TASK DETAILS: In the records below, find the line that contains "#29=ORIENTED_EDGE('',*,*,#28,.T.);" and the line that contains "#40=CARTESIAN_POINT('',(3.925,0.,2.));". Set down exactly those lines and every line between them, and nothing more.

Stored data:
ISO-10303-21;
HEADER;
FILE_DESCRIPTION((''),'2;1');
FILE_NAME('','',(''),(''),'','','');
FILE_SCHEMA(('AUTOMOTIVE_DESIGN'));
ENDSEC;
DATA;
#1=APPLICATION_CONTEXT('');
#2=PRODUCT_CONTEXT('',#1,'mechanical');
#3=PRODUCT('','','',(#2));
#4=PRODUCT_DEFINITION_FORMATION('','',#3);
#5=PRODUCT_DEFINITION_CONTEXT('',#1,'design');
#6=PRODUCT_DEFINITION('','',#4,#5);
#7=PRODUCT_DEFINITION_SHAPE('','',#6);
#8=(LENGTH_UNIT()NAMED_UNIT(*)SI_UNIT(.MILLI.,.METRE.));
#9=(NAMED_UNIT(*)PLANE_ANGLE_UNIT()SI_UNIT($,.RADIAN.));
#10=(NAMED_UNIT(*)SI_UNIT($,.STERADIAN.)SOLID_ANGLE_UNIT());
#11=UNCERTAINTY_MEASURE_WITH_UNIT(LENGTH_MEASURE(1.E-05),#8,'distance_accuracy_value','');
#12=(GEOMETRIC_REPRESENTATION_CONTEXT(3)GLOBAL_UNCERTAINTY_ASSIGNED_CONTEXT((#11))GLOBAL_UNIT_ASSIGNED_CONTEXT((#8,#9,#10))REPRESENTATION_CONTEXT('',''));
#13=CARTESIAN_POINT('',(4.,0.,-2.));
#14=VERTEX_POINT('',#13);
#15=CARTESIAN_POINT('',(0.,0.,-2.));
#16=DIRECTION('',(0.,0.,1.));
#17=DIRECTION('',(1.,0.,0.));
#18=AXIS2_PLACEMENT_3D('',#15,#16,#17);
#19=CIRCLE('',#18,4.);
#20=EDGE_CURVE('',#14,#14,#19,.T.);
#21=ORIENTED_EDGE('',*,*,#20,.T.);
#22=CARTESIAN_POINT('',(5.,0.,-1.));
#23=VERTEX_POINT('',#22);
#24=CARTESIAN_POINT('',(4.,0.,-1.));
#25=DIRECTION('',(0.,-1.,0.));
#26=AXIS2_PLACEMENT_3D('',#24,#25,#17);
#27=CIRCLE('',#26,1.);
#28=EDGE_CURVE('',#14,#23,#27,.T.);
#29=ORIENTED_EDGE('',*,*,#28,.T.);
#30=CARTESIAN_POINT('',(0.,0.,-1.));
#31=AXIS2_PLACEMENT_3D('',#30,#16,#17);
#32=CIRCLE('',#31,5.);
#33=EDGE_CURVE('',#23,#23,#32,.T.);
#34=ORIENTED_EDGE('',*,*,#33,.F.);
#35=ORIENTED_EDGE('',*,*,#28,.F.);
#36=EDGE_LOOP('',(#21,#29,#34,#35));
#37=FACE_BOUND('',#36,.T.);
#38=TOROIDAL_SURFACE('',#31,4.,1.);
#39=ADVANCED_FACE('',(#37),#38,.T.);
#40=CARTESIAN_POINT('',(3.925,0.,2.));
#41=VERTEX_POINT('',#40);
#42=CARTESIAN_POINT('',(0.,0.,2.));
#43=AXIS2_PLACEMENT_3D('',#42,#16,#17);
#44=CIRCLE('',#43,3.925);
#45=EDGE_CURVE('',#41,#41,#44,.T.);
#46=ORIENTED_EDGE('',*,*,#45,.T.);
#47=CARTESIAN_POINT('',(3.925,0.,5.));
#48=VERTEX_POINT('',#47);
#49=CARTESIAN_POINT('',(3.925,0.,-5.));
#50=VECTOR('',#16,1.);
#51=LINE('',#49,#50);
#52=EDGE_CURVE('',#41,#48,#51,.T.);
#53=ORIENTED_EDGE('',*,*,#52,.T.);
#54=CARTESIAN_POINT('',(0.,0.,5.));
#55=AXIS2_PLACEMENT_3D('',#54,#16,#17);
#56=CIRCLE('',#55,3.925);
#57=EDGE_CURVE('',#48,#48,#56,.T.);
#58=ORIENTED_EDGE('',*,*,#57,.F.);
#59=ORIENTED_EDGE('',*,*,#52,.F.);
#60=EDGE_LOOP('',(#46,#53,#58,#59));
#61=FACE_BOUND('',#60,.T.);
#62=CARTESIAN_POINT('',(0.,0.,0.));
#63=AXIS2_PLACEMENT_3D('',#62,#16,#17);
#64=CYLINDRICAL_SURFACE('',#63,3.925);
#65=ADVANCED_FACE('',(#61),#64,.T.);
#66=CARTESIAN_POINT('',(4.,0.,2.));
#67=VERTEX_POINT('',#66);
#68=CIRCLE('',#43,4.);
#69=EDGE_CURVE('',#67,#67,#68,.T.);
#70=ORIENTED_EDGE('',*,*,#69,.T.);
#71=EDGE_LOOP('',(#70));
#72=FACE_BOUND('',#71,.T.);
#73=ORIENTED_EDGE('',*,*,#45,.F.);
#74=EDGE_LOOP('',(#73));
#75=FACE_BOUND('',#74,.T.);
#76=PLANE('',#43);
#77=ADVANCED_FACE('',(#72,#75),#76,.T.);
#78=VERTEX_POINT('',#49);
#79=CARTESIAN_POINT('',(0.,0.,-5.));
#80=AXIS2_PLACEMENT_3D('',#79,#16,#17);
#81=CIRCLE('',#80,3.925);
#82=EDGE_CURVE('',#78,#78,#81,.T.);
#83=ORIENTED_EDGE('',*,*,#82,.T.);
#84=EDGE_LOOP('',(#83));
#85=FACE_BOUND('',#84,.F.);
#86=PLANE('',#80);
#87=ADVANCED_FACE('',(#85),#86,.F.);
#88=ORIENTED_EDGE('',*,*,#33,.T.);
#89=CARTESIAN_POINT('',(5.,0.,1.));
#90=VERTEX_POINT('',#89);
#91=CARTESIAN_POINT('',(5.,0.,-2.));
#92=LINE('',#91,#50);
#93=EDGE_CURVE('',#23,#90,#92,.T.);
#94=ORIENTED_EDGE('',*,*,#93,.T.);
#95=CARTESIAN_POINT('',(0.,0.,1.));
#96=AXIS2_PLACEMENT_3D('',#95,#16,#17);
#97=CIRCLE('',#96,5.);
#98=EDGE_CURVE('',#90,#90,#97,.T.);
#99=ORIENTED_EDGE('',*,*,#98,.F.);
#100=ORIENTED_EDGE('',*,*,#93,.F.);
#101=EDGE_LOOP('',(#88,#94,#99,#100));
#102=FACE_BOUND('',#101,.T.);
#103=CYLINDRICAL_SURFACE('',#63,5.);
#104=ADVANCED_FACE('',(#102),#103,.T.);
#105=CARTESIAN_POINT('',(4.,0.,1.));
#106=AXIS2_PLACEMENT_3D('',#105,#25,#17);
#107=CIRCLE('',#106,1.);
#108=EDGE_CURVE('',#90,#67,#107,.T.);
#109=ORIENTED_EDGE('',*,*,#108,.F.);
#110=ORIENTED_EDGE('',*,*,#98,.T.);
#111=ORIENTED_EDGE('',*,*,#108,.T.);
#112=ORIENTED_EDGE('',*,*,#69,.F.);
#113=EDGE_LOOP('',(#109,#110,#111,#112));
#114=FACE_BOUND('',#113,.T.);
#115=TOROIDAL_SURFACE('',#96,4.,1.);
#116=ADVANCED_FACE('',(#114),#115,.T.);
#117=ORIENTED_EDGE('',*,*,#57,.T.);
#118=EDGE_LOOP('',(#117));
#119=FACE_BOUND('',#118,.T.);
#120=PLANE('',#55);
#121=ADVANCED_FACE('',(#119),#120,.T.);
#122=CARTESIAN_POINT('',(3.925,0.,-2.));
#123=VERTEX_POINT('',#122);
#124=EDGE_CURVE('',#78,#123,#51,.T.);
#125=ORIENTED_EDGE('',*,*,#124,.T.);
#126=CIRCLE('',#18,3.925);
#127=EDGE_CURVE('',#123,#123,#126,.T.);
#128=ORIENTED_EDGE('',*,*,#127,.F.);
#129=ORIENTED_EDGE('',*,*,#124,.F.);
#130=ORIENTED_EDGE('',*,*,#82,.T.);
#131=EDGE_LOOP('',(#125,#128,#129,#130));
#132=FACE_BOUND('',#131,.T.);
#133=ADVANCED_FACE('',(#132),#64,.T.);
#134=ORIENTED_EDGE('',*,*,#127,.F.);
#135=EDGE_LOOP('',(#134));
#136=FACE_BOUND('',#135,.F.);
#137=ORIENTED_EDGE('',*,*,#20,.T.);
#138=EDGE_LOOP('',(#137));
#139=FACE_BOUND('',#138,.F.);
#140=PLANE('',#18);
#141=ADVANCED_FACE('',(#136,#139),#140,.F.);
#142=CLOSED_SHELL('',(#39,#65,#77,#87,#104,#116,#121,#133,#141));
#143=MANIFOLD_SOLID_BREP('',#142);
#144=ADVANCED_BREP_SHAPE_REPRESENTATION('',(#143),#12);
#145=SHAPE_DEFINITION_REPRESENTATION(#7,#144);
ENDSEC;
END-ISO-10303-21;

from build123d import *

# Parameters (mm, degrees)
F0_R     = 3.925
F1_DEPTH = 5
F0_R_2   = 5
F2_DEPTH = 2
F3_R     = 1


with BuildPart() as f1:
    # F0 (on Top) → F1 (new body, symmetric)
    with BuildSketch(Plane.XY):
        Circle(F0_R)
    extrude(amount=F1_DEPTH, both=True)

    # F0 (on Top) → F2 (join, symmetric)
    with BuildSketch(Plane.XY):
        Circle(F0_R_2)
        Circle(F0_R, mode=Mode.SUBTRACT)
    extrude(amount=F2_DEPTH, both=True)

    # F3
    f3_edges = [f1.edges().sort_by_distance(p)[0] for p in [
        (-5, 0, 2),
        (-5, 0, -2),
    ]]
    fillet(f3_edges, radius=F3_R)


solid = f1.part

EXERCISE ANSWER:
#29=ORIENTED_EDGE('',*,*,#28,.T.);
#30=CARTESIAN_POINT('',(0.,0.,-1.));
#31=AXIS2_PLACEMENT_3D('',#30,#16,#17);
#32=CIRCLE('',#31,5.);
#33=EDGE_CURVE('',#23,#23,#32,.T.);
#34=ORIENTED_EDGE('',*,*,#33,.F.);
#35=ORIENTED_EDGE('',*,*,#28,.F.);
#36=EDGE_LOOP('',(#21,#29,#34,#35));
#37=FACE_BOUND('',#36,.T.);
#38=TOROIDAL_SURFACE('',#31,4.,1.);
#39=ADVANCED_FACE('',(#37),#38,.T.);
#40=CARTESIAN_POINT('',(3.925,0.,2.));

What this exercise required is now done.